The reason for this is straightforward. People buy the company, not with an idea to create a portfolio but to create individual scrip returns. The scrip approach is the biggest mistake the retail investor makes. This wrong approach results in two problems. First, they will have more than 50 companies (I know few investors are having more than 150 companies), making it hard to track companies' fundamentals. Second, they will have overexposure to small and micro caps. It's not that they invested in small and micro caps. The companies that they invested in have become small and micro caps due to underperformance. Instead of reducing this kind of tail companies from the portfolio, the investors keep adding more such companies every year. To find out whether you have made the same mistake or not, answer this question. Do you hold a greater number of companies as of March 2020 as compared to March 2019? If the answer is yes, you seriously need to optimize your portfolio at the earliest.

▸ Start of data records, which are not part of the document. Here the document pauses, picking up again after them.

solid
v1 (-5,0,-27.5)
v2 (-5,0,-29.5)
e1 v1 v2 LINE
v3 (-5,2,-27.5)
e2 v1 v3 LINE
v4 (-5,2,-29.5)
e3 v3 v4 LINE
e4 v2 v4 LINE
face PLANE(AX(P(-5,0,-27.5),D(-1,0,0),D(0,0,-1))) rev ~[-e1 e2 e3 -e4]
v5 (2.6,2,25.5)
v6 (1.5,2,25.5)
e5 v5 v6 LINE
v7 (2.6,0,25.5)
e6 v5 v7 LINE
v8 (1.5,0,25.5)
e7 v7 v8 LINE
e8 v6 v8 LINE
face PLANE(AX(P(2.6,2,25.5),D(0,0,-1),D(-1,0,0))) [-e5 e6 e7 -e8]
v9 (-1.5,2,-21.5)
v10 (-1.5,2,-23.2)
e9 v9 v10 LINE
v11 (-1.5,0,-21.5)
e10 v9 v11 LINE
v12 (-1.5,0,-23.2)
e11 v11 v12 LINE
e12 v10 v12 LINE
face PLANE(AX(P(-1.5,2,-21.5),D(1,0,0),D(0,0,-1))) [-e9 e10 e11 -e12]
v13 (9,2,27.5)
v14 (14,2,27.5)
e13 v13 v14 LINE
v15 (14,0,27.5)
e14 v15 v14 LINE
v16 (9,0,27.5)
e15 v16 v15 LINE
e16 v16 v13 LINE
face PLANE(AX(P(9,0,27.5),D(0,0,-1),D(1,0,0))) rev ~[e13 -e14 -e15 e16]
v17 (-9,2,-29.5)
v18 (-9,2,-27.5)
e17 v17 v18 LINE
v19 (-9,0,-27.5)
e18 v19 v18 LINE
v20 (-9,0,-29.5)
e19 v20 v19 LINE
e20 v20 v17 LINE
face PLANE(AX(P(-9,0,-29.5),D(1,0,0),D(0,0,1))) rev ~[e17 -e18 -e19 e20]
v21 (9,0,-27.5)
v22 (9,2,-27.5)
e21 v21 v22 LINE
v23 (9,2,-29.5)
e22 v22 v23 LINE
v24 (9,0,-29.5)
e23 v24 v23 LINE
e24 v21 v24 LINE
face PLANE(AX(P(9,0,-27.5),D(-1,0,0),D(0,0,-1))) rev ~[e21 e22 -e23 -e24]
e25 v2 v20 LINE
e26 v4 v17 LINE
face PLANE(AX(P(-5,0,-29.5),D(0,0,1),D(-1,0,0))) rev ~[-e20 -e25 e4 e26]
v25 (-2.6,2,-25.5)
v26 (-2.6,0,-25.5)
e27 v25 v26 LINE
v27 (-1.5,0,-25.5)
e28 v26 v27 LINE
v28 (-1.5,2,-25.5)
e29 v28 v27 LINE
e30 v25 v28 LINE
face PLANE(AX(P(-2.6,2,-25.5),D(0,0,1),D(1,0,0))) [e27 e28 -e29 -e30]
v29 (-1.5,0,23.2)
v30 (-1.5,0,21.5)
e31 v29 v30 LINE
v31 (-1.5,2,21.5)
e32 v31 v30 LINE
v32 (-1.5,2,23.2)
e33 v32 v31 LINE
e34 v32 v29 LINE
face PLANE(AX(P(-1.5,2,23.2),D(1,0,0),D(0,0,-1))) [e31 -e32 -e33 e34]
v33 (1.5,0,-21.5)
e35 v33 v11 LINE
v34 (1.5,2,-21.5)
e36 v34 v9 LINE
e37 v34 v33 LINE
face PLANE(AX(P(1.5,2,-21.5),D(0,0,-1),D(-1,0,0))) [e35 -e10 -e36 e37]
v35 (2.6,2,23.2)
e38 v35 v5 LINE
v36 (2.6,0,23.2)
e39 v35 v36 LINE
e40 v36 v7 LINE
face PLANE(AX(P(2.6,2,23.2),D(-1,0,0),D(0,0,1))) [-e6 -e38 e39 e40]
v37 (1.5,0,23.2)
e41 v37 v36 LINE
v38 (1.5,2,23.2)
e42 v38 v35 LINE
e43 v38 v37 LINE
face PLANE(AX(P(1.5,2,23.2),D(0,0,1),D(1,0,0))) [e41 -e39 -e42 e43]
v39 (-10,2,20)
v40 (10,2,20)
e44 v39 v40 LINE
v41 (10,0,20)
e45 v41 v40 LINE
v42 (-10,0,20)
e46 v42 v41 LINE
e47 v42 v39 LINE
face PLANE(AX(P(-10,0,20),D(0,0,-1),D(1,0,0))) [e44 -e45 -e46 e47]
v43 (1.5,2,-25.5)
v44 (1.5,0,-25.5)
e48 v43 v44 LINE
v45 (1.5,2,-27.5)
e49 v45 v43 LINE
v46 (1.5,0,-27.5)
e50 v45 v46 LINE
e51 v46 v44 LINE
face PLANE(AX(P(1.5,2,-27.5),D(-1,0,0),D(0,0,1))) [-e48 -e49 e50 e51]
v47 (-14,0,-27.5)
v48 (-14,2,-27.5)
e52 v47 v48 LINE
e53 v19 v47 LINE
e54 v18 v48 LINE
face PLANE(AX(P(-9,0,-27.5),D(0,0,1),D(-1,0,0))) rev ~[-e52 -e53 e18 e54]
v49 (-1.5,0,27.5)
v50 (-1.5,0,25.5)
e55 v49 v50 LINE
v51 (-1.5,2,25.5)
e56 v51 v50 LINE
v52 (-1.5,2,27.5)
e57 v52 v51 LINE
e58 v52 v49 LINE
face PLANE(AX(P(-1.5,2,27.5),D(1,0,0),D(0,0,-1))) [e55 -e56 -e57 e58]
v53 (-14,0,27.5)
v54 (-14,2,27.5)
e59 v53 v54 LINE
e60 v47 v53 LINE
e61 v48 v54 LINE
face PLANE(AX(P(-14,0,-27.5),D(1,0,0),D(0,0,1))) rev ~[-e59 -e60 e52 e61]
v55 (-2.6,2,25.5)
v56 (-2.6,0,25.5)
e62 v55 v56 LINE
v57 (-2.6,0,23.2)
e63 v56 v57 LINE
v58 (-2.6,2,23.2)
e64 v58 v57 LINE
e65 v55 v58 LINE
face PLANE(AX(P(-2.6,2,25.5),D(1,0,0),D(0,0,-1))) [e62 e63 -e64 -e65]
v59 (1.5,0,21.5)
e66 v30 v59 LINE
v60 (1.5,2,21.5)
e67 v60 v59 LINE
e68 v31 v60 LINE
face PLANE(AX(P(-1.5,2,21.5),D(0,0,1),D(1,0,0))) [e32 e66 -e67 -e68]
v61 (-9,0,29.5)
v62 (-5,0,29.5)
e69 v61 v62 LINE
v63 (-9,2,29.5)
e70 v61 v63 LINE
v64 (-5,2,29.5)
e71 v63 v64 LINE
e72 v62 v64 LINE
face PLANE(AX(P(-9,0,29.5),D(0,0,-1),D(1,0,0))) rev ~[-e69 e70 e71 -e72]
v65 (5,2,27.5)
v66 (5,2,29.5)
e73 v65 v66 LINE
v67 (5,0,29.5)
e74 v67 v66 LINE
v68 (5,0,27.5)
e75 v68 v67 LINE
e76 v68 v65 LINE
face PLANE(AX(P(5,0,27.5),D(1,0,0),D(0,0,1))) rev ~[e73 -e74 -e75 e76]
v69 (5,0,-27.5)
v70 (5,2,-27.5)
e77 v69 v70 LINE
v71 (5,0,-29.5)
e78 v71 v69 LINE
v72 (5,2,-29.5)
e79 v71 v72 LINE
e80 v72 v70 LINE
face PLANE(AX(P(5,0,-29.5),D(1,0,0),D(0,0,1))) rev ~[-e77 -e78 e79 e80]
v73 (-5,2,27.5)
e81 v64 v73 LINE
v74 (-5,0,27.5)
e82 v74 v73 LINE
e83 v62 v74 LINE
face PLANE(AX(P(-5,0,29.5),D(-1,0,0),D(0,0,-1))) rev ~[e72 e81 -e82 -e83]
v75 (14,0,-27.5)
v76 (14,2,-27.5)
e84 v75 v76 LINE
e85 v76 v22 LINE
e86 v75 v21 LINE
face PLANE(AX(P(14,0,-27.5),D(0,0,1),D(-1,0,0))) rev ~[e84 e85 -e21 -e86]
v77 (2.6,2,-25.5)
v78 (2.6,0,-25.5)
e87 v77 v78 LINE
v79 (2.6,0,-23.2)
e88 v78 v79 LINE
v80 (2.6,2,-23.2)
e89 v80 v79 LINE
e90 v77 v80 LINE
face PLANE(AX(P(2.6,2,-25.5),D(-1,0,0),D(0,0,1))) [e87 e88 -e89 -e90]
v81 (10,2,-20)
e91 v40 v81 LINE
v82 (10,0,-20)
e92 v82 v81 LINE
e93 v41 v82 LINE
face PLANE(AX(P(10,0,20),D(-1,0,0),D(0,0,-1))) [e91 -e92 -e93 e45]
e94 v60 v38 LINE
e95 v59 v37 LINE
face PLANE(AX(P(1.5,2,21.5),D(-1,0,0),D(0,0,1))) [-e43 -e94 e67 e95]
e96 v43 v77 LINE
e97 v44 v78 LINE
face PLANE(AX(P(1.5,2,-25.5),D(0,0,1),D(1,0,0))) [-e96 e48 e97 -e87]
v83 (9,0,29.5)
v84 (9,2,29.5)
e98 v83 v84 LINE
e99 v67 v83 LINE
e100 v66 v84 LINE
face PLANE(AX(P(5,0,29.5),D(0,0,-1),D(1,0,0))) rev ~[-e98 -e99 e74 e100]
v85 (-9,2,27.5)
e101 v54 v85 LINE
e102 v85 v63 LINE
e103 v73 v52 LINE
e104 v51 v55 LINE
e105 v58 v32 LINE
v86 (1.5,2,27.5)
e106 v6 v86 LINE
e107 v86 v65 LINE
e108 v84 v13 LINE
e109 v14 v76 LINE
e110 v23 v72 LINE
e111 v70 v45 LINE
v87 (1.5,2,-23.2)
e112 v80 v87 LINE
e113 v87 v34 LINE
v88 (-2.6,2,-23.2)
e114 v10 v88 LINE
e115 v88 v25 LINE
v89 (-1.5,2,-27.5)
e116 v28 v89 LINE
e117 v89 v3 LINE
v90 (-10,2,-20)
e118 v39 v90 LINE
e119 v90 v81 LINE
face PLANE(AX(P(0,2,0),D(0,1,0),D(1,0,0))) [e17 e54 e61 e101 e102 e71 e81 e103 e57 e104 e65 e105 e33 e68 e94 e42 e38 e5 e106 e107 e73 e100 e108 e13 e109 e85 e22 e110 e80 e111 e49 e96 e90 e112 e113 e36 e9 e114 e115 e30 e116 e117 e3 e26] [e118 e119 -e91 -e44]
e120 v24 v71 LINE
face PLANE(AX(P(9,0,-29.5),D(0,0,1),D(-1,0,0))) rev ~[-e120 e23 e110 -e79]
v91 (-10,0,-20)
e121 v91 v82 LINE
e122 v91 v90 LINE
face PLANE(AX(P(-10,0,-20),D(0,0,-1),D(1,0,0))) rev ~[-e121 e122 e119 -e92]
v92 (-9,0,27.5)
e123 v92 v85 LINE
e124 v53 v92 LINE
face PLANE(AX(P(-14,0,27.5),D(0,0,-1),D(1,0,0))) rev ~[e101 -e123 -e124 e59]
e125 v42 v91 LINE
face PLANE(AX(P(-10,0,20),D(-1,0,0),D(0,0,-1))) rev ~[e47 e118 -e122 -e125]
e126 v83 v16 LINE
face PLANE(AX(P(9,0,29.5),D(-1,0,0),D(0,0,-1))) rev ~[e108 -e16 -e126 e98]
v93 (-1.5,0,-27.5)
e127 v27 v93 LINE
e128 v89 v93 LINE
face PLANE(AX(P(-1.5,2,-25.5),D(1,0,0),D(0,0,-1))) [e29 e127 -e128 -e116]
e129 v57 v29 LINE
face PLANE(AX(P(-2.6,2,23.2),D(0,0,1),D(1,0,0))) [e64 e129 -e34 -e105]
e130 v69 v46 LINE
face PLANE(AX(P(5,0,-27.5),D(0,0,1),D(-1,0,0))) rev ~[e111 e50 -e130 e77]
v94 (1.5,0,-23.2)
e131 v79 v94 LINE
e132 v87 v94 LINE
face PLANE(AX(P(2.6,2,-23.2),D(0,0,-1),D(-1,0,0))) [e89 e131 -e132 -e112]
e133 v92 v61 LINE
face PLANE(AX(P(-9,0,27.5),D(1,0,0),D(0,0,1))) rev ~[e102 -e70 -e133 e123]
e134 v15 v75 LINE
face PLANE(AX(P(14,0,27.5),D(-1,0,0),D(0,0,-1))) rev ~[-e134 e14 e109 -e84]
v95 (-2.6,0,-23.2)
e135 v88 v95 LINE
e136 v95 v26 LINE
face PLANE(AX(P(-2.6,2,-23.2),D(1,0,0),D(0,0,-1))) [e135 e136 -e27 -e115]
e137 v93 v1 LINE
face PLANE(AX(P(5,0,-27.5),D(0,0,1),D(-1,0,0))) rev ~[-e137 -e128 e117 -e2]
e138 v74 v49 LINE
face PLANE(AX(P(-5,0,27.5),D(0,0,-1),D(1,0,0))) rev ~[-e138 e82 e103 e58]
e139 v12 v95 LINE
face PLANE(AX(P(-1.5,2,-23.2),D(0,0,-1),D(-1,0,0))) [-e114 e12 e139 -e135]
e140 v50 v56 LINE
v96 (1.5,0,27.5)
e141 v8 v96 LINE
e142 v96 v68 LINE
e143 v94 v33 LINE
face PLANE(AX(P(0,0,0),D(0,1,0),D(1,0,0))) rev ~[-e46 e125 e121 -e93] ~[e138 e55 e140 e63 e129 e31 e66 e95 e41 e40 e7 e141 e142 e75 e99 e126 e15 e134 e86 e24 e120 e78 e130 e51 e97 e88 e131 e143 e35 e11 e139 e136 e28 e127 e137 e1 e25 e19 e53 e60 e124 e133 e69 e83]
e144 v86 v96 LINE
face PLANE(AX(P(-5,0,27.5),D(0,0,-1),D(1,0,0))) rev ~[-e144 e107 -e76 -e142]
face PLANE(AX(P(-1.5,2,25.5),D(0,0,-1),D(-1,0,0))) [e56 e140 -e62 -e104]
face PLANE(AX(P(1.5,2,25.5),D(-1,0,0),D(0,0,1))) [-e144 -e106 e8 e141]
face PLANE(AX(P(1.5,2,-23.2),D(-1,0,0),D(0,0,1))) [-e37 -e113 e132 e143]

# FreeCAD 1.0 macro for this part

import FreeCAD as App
import Part
import Sketcher

V = App.Vector
Q = App.Units.Quantity

doc = App.newDocument("Part")
body = doc.addObject("PartDesign::Body", "Body")

sketch1 = body.newObject("Sketcher::SketchObject", "Sketch")
sketch1.AttachmentSupport = (doc.getObject("XZ_Plane"), [""])
sketch1.MapMode = "FlatFace"
sketch1.addGeometry([
    Part.LineSegment(V(-14, 27.5, 0), V(-9, 27.5, 0)),
    Part.LineSegment(V(-9, 27.5, 0), V(-9, 29.5, 0)),
    Part.LineSegment(V(-9, 29.5, 0), V(-5, 29.5, 0)),
    Part.LineSegment(V(-5, 29.5, 0), V(-5, 27.5, 0)),
    Part.LineSegment(V(-5, 27.5, 0), V(5, 27.5, 0)),
    Part.LineSegment(V(5, 27.5, 0), V(5, 29.5, 0)),
    Part.LineSegment(V(5, 29.5, 0), V(9, 29.5, 0)),
    Part.LineSegment(V(9, 29.5, 0), V(9, 27.5, 0)),
    Part.LineSegment(V(9, 27.5, 0), V(14, 27.5, 0)),
    Part.LineSegment(V(14, 27.5, 0), V(14, -27.5, 0)),
    Part.LineSegment(V(14, -27.5, 0), V(9, -27.5, 0)),
    Part.LineSegment(V(9, -27.5, 0), V(9, -29.5, 0)),
    Part.LineSegment(V(9, -29.5, 0), V(5, -29.5, 0)),
    Part.LineSegment(V(5, -29.5, 0), V(5, -27.5, 0)),
    Part.LineSegment(V(5, -27.5, 0), V(-5, -27.5, 0)),
    Part.LineSegment(V(-5, -27.5, 0), V(-5, -29.5, 0)),
    Part.LineSegment(V(-5, -29.5, 0), V(-9, -29.5, 0)),
    Part.LineSegment(V(-9, -29.5, 0), V(-9, -27.5, 0)),
    Part.LineSegment(V(-9, -27.5, 0), V(-14, -27.5, 0)),
    Part.LineSegment(V(-14, -27.5, 0), V(-14, 27.5, 0)),
    Part.LineSegment(V(10, 20, 0), V(-10, 20, 0)),
    Part.LineSegment(V(-10, 20, 0), V(-10, -20, 0)),
    Part.LineSegment(V(-10, -20, 0), V(10, -20, 0)),
    Part.LineSegment(V(10, -20, 0), V(10, 20, 0)),
], False)
sketch1.addConstraint([
    Sketcher.Constraint("Coincident", 0, 2, 1, 1),
    Sketcher.Constraint("Coincident", 1, 2, 2, 1),
    Sketcher.Constraint("Coincident", 2, 2, 3, 1),
    Sketcher.Constraint("Coincident", 3, 2, 4, 1),
    Sketcher.Constraint("Coincident", 4, 2, 5, 1),
    Sketcher.Constraint("Coincident", 5, 2, 6, 1),
    Sketcher.Constraint("Coincident", 6, 2, 7, 1),
    Sketcher.Constraint("Coincident", 7, 2, 8, 1),
    Sketcher.Constraint("Coincident", 8, 2, 9, 1),
    Sketcher.Constraint("Coincident", 9, 2, 10, 1),
    Sketcher.Constraint("Coincident", 10, 2, 11, 1),
    Sketcher.Constraint("Coincident", 11, 2, 12, 1),
    Sketcher.Constraint("Coincident", 12, 2, 13, 1),
    Sketcher.Constraint("Coincident", 13, 2, 14, 1),
    Sketcher.Constraint("Coincident", 14, 2, 15, 1),
    Sketcher.Constraint("Coincident", 15, 2, 16, 1),
    Sketcher.Constraint("Coincident", 16, 2, 17, 1),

In my 30 years of tracking the stock market, I have realized that retail investor faces three challenges each -while buying as well as selling.
Buy-side Challenges
- What to Buy
- When to Buy
- How much to Buy
Many people will tell you what to buy. And hence this is not challenging, but the quality of tips is always under scrutiny. When to buy is equally important. If you happen to acquire even good quality company at the wrong time, your returns may not be high though you hold the company for the long term. In the case of Wipro, in the last ten years, absolute returns are a mere 13.68 percent. Larsen and Toubro its 15.54 percent, and Hero Moto gave negative returns of 11.28 percent.
But the biggest challenge on the buy-side is how much to buy. The right amount of allocation is the most critical decision that decides what returns you create on the portfolio. Let me explain with an example. You bought HDFC Bank and Yes Bank at the same time ten years back. You invested Rs. 1000 in HDFC Bank and Rs. 1,00,000 in Yes Bank. You can now imagine what returns you would have made had you invested in HDFC Bank what you had invested in Yes Bank and Vice versa.
Sell-Side challenges
- When to Book Profits
- When to Book losses
- What do you buy next after selling?
Most of the retail investors don't have a sell strategy. Even most of the matured investors have a poor sell strategy. Very few have clarity in terms of when to book profits and when to book losses. Let me explain what I mean.
Investors are generally quick in booking profits, especially with winning stocks. You may have bought Hindustan Unilever but was fast enough to book profit missing out on participating multi-years rally. Another challenge investor faces of not booking profits at the appropriate level. Many investors bought Graphite at a reasonable level. The scrip gave handsome returns, but in the hope of selling at the top price, they missed a golden opportunity to make money..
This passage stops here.